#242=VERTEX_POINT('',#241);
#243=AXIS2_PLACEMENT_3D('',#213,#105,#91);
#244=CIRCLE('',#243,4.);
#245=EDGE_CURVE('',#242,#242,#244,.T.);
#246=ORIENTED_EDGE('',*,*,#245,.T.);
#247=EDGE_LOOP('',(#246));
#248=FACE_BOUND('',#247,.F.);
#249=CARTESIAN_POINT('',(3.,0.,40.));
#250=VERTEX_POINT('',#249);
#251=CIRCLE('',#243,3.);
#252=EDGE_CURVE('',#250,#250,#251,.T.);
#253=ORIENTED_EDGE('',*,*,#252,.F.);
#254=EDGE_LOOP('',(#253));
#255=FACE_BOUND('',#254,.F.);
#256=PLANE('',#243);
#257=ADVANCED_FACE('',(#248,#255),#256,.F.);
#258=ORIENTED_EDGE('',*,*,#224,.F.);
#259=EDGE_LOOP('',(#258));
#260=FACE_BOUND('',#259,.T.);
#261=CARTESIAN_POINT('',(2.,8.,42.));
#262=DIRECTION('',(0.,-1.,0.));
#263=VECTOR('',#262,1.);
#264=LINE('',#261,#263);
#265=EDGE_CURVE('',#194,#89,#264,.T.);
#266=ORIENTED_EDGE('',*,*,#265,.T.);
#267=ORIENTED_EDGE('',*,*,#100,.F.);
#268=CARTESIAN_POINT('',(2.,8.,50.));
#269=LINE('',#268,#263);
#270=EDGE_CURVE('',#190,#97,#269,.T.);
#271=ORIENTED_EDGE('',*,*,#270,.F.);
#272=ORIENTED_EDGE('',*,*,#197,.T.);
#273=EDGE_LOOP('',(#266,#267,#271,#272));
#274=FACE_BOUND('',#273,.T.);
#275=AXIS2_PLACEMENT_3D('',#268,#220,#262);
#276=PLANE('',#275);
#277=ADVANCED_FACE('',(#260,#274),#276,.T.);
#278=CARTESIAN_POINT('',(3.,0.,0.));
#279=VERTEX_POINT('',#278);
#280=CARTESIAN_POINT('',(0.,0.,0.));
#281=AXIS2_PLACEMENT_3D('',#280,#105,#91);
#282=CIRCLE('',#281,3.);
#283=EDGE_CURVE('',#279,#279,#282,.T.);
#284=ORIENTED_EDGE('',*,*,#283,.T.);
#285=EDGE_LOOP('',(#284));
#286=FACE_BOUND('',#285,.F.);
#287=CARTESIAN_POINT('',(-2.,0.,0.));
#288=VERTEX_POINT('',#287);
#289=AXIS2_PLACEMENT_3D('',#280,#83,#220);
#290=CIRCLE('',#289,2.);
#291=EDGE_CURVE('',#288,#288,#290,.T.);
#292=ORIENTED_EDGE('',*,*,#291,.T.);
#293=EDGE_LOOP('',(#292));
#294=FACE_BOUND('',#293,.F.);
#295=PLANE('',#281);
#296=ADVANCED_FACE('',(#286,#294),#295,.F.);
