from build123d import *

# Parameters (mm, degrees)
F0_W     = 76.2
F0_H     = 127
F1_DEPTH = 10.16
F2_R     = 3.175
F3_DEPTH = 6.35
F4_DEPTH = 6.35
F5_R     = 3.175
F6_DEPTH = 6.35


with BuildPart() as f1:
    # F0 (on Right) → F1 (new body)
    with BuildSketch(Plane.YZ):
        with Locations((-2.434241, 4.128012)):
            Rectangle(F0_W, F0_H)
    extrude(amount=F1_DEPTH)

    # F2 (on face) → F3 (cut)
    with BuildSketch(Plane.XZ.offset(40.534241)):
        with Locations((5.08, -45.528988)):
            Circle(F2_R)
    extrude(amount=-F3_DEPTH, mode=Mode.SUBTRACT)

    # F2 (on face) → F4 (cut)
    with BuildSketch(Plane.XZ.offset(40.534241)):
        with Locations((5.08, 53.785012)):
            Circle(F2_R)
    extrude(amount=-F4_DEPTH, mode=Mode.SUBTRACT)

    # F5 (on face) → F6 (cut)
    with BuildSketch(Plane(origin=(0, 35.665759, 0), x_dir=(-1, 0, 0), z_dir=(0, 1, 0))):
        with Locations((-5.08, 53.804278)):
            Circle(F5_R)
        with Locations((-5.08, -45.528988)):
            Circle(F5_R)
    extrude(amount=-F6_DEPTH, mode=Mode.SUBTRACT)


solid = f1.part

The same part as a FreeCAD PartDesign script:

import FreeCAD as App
import Part
import Sketcher
from FreeCAD import Vector
Q = App.Units.Quantity

doc = App.newDocument("Part")
body = doc.addObject("PartDesign::Body", "Body")

sketch1 = doc.addObject("Sketcher::SketchObject", "Sketch")
body.addObject(sketch1)
sketch1.AttachmentSupport = (doc.YZ_Plane, [""])
sketch1.MapMode = "FlatFace"
sketch1.addGeometry([
    Part.LineSegment(Vector(-40.534241, 67.628012, 0), Vector(-40.534241, -59.371988, 0)),
    Part.LineSegment(Vector(-40.534241, -59.371988, 0), Vector(35.665759, -59.371988, 0)),
    Part.LineSegment(Vector(35.665759, -59.371988, 0), Vector(35.665759, 67.628012, 0)),
    Part.LineSegment(Vector(35.665759, 67.628012, 0), Vector(-40.534241, 67.628012, 0)),
], False)
sketch1.addConstraint([
    Sketcher.Constraint("Coincident", 0, 2, 1, 1),
    Sketcher.Constraint("Coincident", 1, 2, 2, 1),
    Sketcher.Constraint("Coincident", 2, 2, 3, 1),
    Sketcher.Constraint("Coincident", 3, 2, 0, 1),
    Sketcher.Constraint("Vertical", 0),
    Sketcher.Constraint("Horizontal", 1),
    Sketcher.Constraint("Vertical", 2),
    Sketcher.Constraint("Horizontal", 3),
    Sketcher.Constraint("DistanceX", 1, 1, 1, 2, Q("3 in")),
    Sketcher.Constraint("DistanceY", 0, 2, 0, 1, Q("5 in")),
    Sketcher.Constraint("DistanceX", 0, 2, -1, 1, Q("40.534241 mm")),
    Sketcher.Constraint("DistanceY", 0, 2, -1, 1, Q("59.371988 mm")),
])
pad1 = doc.addObject("PartDesign::Pad", "Pad")
body.addObject(pad1)
pad1.Profile = sketch1
pad1.Length = Q("0.4 in")

sketch2 = doc.addObject("Sketcher::SketchObject", "Sketch001")
body.addObject(sketch2)
sketch2.AttachmentSupport = (doc.XZ_Plane, [""])
sketch2.MapMode = "FlatFace"
sketch2.AttachmentOffset = App.Placement(Vector(0, 0, 40.534241), App.Rotation())
sketch2.addGeometry(Part.Circle(Vector(5.08, -45.528988, 0), Vector(0, 0, 1), 3.175), False)
sketch2.addConstraint([
    Sketcher.Constraint("Diameter", 0, Q("0.25 in")),
    Sketcher.Constraint("DistanceX", -1, 1, 0, 3, Q("0.2 in")),
    Sketcher.Constraint("DistanceY", 0, 3, -1, 1, Q("45.528988 mm")),
])
pocket1 = doc.addObject("PartDesign::Pocket", "Pocket")
body.addObject(pocket1)
pocket1.Profile = sketch2
pocket1.Length = Q("0.25 in")

sketch3 = doc.addObject("Sketcher::SketchObject", "Sketch002")
body.addObject(sketch3)
sketch3.AttachmentSupport = (doc.XZ_Plane, [""])
sketch3.MapMode = "FlatFace"
sketch3.AttachmentOffset = App.Placement(Vector(0, 0, 40.534241), App.Rotation())
sketch3.addGeometry(Part.Circle(Vector(5.08, 53.785012, 0), Vector(0, 0, 1), 3.175), False)
sketch3.addConstraint([
    Sketcher.Constraint("Diameter", 0, Q("0.25 in")),
    Sketcher.Constraint("DistanceX", -1, 1, 0, 3, Q("0.2 in")),
    Sketcher.Constraint("DistanceY", -1, 1, 0, 3, Q("53.785012 mm")),
])
pocket2 = doc.addObject("PartDesign::Pocket", "Pocket001")
body.addObject(pocket2)
pocket2.Profile = sketch3
pocket2.Length = Q("0.25 in")

sketch4 = doc.addObject("Sketcher::SketchObject", "Sketch003")
body.addObject(sketch4)
sketch4.AttachmentSupport = (doc.XZ_Plane, [""])
sketch4.MapMode = "FlatFace"
sketch4.AttachmentOffset = App.Placement(Vector(0, 0, -35.665759), App.Rotation())
sketch4.addGeometry([
    Part.Circle(Vector(5.08, 53.804278, 0), Vector(0, 0, 1), 3.175),
    Part.Circle(Vector(5.08, -45.528988, 0), Vector(0, 0, 1), 3.175),
], False)
sketch4.addConstraint([
    Sketcher.Constraint("Equal", 0, 1),
    Sketcher.Constraint("Vertical", 0, 3, 1, 3),
    Sketcher.Constraint("Diameter", 0, Q("0.25 in")),
    Sketcher.Constraint("DistanceX", -1, 1, 0, 3, Q("0.2 in")),
    Sketcher.Constraint("DistanceY", -1, 1, 0, 3, Q("53.804278 mm")),
    Sketcher.Constraint("DistanceY", 1, 3, -1, 1, Q("45.528988 mm")),
])
pocket3 = doc.addObject("PartDesign::Pocket", "Pocket002")
body.addObject(pocket3)
pocket3.Profile = sketch4
pocket3.Length = Q("0.25 in")
pocket3.Reversed = True

doc.recompute()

### Work required
Everything above from the line containing "#261=CARTESIAN_POINT('',(2.,8.,42.));" through the line containing "#275=AXIS2_PLACEMENT_3D('',#268,#220,#262);" must be copied exactly. Nothing outside that range belongs in the answer.

### Solution for this problem
#261=CARTESIAN_POINT('',(2.,8.,42.));
#262=DIRECTION('',(0.,-1.,0.));
#263=VECTOR('',#262,1.);
#264=LINE('',#261,#263);
#265=EDGE_CURVE('',#194,#89,#264,.T.);
#266=ORIENTED_EDGE('',*,*,#265,.T.);
#267=ORIENTED_EDGE('',*,*,#100,.F.);
#268=CARTESIAN_POINT('',(2.,8.,50.));
#269=LINE('',#268,#263);
#270=EDGE_CURVE('',#190,#97,#269,.T.);
#271=ORIENTED_EDGE('',*,*,#270,.F.);
#272=ORIENTED_EDGE('',*,*,#197,.T.);
#273=EDGE_LOOP('',(#266,#267,#271,#272));
#274=FACE_BOUND('',#273,.T.);
#275=AXIS2_PLACEMENT_3D('',#268,#220,#262);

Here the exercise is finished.